(Collected data)
%%
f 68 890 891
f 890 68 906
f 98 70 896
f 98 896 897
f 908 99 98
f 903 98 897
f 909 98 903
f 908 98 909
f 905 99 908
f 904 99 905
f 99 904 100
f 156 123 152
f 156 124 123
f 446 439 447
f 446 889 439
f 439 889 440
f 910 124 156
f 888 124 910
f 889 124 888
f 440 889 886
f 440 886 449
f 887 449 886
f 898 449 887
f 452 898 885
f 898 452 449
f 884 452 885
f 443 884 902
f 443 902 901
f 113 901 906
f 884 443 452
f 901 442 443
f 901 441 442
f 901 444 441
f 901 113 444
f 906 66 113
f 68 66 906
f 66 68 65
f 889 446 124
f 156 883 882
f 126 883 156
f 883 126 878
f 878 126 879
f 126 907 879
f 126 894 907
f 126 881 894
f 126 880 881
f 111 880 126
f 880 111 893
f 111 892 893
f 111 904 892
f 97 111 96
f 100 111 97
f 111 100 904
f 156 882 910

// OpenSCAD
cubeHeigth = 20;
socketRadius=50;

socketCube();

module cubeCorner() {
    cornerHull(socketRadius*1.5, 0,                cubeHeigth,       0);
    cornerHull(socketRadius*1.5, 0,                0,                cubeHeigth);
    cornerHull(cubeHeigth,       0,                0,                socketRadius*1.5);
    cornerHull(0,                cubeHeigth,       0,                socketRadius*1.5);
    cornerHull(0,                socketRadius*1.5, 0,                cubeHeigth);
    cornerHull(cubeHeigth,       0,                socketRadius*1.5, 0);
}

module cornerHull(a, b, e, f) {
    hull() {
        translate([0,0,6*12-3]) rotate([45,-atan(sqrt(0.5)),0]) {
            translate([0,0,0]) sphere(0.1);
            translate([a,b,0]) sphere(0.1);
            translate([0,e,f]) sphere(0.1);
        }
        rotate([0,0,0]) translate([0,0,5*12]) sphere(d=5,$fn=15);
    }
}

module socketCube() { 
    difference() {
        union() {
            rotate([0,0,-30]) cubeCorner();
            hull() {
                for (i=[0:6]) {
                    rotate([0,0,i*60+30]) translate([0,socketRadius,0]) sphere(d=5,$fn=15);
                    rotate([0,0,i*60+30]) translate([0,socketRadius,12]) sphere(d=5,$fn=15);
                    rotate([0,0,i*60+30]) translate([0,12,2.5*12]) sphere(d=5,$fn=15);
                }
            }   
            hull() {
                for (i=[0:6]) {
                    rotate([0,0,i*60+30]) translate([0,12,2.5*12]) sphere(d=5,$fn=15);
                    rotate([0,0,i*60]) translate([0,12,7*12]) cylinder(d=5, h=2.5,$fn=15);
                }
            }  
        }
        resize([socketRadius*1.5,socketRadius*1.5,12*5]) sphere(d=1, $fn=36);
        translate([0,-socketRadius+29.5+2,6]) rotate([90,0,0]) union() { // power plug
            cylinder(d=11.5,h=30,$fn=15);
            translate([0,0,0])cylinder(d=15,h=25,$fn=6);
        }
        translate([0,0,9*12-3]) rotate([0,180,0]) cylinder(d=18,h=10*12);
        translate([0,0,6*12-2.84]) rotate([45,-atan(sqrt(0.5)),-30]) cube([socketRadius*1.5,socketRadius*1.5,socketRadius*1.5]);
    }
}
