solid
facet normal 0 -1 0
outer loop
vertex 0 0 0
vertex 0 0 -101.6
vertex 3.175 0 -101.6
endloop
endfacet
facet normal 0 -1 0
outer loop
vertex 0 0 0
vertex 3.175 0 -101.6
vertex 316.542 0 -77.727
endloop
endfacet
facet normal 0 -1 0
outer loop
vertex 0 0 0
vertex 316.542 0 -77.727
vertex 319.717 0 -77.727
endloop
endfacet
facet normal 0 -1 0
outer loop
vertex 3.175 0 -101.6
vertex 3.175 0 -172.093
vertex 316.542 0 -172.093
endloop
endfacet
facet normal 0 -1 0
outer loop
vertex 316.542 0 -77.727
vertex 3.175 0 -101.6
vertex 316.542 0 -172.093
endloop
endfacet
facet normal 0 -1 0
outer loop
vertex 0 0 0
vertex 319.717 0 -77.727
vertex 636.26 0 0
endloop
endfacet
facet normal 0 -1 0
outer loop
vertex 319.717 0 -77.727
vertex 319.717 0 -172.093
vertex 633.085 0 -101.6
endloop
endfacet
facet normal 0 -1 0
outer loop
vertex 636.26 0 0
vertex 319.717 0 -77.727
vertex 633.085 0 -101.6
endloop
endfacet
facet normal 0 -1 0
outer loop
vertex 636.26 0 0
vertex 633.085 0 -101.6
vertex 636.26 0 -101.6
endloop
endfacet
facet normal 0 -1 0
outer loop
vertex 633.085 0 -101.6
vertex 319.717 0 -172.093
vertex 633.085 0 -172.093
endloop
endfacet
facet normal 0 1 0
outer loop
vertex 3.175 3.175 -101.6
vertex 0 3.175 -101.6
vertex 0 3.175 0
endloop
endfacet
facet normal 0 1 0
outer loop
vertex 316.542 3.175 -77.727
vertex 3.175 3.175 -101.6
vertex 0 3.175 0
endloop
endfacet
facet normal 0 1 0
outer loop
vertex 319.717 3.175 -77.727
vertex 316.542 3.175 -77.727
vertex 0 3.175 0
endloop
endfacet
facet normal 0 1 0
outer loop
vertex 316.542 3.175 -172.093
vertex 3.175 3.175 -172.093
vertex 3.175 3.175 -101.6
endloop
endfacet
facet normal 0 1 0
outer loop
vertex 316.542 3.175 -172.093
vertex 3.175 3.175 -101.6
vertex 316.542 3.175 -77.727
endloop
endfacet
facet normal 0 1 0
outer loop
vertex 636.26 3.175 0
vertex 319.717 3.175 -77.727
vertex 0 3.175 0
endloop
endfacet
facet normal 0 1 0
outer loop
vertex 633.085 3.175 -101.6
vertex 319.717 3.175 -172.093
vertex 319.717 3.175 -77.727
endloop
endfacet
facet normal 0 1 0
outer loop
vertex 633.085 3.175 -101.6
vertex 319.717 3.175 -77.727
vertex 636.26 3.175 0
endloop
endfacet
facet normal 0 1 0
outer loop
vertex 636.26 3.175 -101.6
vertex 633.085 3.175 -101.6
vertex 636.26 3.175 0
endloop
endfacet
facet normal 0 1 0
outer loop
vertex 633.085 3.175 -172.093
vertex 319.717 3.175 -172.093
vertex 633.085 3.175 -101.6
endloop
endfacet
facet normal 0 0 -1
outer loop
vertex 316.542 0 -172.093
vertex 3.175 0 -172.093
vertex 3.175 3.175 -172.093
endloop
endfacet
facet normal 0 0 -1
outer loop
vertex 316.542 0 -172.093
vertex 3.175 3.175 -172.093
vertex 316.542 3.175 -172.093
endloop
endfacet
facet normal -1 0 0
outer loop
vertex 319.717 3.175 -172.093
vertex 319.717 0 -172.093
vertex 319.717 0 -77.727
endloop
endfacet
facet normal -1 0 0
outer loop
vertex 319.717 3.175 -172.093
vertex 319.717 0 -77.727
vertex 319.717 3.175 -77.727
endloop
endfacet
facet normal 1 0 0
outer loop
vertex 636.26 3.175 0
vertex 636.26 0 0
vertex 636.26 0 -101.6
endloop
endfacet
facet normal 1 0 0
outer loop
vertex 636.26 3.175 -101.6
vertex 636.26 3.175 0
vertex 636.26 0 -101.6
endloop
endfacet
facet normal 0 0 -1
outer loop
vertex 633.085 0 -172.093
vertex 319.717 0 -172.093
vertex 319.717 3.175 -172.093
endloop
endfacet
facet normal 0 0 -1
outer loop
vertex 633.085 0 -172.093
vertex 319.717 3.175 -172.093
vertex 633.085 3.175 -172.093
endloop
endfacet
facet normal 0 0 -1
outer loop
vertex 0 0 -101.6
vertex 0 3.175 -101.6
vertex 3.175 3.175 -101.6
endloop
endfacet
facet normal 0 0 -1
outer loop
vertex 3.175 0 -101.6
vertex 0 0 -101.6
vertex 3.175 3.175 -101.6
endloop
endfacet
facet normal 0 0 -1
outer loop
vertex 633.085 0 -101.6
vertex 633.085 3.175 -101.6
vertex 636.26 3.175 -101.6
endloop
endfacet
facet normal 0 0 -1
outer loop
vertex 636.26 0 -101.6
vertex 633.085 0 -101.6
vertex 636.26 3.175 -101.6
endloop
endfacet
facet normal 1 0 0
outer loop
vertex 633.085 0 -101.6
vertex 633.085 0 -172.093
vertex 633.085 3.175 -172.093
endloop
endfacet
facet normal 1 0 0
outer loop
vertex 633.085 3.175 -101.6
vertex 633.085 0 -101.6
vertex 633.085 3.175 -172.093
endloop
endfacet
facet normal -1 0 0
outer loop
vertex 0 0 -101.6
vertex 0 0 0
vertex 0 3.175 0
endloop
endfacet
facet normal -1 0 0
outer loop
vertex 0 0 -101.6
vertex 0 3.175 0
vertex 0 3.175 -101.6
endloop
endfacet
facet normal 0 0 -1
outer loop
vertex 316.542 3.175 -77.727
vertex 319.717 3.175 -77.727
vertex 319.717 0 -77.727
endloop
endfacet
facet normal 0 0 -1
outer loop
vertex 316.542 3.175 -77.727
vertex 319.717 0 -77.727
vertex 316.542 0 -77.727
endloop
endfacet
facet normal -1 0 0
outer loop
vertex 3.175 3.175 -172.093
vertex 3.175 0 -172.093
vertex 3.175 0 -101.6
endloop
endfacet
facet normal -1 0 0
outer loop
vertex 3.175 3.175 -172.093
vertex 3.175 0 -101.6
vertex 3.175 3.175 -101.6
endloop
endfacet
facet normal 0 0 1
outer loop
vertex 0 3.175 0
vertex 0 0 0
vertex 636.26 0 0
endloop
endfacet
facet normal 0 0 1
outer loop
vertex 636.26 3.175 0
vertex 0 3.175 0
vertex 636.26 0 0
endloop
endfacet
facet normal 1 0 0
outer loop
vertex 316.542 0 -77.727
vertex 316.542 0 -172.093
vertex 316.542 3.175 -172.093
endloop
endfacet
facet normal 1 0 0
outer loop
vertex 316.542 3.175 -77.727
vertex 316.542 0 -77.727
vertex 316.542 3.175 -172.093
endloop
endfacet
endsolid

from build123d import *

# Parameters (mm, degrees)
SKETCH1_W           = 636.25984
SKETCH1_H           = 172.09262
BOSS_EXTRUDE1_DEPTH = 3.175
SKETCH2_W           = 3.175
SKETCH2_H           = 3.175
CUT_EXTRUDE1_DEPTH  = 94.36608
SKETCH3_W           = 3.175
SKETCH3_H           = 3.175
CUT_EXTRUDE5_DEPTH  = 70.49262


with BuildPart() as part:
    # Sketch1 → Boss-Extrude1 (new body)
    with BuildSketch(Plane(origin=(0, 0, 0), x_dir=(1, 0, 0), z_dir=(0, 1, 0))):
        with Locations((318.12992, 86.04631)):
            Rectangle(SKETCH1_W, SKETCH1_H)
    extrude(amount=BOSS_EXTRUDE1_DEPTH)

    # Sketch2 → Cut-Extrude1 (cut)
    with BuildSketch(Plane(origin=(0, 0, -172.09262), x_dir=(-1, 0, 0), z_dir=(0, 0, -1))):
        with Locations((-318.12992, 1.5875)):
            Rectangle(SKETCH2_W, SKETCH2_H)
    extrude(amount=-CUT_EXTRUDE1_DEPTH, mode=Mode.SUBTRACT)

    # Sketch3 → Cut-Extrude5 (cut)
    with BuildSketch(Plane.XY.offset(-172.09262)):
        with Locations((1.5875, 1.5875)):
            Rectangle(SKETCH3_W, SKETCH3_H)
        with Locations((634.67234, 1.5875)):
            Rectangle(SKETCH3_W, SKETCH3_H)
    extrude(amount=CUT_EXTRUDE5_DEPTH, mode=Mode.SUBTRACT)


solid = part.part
%%
(Problem statement): Every line above that includes the word "cornerHull" should be listed.

(Response below):
    cornerHull(socketRadius*1.5, 0,                cubeHeigth,       0);
    cornerHull(socketRadius*1.5, 0,                0,                cubeHeigth);
    cornerHull(cubeHeigth,       0,                0,                socketRadius*1.5);
    cornerHull(0,                cubeHeigth,       0,                socketRadius*1.5);
    cornerHull(0,                socketRadius*1.5, 0,                cubeHeigth);
    cornerHull(cubeHeigth,       0,                socketRadius*1.5, 0);
module cornerHull(a, b, e, f) {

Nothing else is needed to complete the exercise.